Die Geschäftsführer Alexander Syllaba und Clemens Kopetzky sowie Projektleiter Christoph Wagner über die Erfolgsgeschichte des Cinema Paradiso am St. Pöltner Rathausplatz.  |  Timna Rosenthaler, Daniela Matejschek

Cinema Paradiso: „Kino ist ein Ort, wo geträumt wird“ Über die 20-jährige Geschichte des Cinema Paradiso, den Aufwand für ein Programmkino, Filme unter freiem Himmel und ihre Zukunftspläne sprechen die Geschäftsführer Alexander Syllaba und Clemens Kopetzky sowie der Projektleiter Christoph Wagner.

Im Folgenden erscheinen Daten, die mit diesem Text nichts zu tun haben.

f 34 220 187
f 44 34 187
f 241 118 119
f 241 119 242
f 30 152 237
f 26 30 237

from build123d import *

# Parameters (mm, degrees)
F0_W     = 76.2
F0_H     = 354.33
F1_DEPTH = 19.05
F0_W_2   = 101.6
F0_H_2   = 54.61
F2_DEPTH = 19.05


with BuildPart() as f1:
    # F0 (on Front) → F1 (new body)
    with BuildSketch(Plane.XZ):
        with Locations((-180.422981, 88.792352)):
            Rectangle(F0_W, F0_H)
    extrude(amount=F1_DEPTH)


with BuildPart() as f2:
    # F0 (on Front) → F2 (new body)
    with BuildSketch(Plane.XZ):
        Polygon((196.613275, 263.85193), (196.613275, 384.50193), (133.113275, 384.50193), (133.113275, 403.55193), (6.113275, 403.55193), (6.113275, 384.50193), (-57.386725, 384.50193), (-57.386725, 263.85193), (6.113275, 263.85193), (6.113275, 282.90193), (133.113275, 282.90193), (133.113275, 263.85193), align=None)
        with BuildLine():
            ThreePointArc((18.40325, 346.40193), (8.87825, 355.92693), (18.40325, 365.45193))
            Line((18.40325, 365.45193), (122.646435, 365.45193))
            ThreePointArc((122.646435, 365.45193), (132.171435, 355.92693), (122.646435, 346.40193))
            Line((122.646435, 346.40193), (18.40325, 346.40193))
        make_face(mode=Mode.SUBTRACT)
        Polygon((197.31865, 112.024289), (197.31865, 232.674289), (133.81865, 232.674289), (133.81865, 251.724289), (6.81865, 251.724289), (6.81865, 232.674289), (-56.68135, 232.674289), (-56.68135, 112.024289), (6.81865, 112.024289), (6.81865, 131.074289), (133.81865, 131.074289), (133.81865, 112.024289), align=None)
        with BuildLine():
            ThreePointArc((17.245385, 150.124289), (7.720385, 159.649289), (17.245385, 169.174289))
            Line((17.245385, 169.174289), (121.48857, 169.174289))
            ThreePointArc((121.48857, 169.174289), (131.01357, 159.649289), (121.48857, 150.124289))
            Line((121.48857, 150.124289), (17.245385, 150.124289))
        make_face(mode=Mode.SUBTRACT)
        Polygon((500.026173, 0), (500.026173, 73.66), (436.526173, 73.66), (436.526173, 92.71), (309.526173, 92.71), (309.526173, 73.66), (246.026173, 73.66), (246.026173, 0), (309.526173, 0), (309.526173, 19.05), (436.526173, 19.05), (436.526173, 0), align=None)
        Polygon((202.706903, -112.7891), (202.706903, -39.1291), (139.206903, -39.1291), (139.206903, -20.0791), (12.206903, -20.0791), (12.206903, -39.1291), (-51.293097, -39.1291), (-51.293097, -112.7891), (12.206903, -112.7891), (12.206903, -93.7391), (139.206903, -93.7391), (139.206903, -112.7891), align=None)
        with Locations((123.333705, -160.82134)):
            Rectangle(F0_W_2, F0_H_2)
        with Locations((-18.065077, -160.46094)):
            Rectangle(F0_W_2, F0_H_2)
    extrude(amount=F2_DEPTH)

Welche Bilanz ziehen Sie aus den ersten 20 Jahren Cinema Paradiso in St. Pölten?

Alexander Syllaba: Es lohnt sich, seine Träume zu leben! Wenige haben der Idee eines Programmkinos am damals recht leeren Rathausplatz eine Chance gegeben. Aber es hat funktioniert und übertrifft bis heute alle Erwartungen. Und auch im Sommer, in einer Zeit, in der Programmkinos in anderen Hauptstädten schließen und sich Innenstädte leeren, bringen wir mit unserem Open Air Kino am Rathausplatz und den vielen Schanigärten der bunten Lokalszene Urlaubsstimmung in die Stadt. Der Rathausplatz ist heute ein lebendiges Zentrum St. Pöltens.

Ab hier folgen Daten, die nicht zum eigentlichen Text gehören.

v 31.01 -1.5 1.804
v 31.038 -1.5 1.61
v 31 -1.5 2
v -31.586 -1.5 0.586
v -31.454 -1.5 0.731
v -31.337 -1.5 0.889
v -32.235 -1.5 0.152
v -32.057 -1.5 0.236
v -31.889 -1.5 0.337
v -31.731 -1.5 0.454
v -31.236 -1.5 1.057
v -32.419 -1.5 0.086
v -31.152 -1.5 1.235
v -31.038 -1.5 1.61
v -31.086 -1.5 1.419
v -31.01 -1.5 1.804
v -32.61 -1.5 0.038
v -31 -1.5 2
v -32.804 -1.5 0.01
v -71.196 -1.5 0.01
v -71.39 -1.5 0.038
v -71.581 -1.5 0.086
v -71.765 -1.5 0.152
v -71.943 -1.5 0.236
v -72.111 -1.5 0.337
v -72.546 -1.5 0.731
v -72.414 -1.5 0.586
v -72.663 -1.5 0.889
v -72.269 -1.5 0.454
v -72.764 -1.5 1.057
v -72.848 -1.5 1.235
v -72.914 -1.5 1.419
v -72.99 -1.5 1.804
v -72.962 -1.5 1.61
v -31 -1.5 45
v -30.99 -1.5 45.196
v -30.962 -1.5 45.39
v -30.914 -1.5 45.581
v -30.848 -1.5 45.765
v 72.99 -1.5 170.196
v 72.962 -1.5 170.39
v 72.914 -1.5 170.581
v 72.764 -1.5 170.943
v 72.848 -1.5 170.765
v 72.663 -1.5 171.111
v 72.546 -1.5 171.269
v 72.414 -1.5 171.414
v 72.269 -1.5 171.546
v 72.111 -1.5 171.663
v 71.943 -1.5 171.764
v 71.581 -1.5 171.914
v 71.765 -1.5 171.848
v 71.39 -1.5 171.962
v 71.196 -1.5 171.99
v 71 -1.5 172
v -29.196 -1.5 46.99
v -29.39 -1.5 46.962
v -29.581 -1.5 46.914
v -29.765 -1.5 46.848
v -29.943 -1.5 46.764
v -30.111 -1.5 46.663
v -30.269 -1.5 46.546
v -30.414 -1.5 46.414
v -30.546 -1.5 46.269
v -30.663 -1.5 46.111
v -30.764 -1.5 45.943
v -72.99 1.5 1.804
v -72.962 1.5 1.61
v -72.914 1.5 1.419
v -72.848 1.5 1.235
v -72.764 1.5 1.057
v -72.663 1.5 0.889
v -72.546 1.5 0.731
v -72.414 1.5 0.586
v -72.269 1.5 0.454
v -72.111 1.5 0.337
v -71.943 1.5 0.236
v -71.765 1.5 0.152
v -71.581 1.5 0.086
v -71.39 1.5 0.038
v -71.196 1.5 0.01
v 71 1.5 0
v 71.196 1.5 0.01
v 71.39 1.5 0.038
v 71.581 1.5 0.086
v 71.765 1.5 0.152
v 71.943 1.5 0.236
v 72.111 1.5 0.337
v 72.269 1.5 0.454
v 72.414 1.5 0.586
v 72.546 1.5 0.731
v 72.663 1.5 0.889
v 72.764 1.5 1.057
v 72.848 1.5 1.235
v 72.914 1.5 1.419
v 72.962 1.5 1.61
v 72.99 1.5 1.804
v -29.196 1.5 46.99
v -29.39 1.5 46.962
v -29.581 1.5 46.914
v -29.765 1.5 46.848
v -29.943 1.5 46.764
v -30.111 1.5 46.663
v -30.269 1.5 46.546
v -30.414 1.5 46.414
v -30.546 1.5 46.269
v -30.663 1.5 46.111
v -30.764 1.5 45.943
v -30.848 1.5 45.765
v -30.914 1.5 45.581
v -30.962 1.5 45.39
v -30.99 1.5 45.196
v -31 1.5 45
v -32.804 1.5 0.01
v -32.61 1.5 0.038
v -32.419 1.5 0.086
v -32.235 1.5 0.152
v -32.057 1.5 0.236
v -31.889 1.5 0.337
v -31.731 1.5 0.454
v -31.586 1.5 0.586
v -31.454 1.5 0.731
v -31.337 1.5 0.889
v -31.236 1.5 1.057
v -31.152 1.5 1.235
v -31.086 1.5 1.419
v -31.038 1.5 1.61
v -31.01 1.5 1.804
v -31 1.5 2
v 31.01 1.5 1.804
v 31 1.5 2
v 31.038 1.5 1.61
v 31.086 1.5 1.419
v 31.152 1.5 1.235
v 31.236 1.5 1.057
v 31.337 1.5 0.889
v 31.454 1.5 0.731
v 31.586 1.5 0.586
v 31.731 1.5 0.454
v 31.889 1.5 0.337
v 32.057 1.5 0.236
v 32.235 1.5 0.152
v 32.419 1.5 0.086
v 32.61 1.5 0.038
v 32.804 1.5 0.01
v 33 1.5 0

Was hat Sie zum besten Kino Europas gemacht?

Syllaba: Das war 2006, als wir in Paris von den Kinolegenden Costa Gavras und Jeanne Moreau diese Auszeichnung entgegennehmen durften. Die EU-Organisation „Europa Cinemas“ vergibt diesen Preis und hat damals unter 479 Kinos aus 264 Städten und 29 Ländern unser Programm zum besten gekürt. Besonders gewürdigt wurde unser Kinder- und Jugendprogramm. Mit unserem Konzept „Mehr als Kino“ und einer breiten Zielgruppenarbeit zeigen wir, wie Kino im 21. Jahrhundert funktioniert. Als kulturelle Drehscheibe der Region, wo sich alle Generationen treffen, austauschen und wohlfühlen. Film, Premieren, Musik, Literatur, Gespräche, DJs, gastronomischer Genuss – das alles finden die Menschen bei uns. Übrigens: Mit Jeanne Moreau bei der Preisverleihung Händchen halten passiert einmal im Leben!

Was bringt die Leute in Zeiten von Netflix und Co ins Cinema Paradiso?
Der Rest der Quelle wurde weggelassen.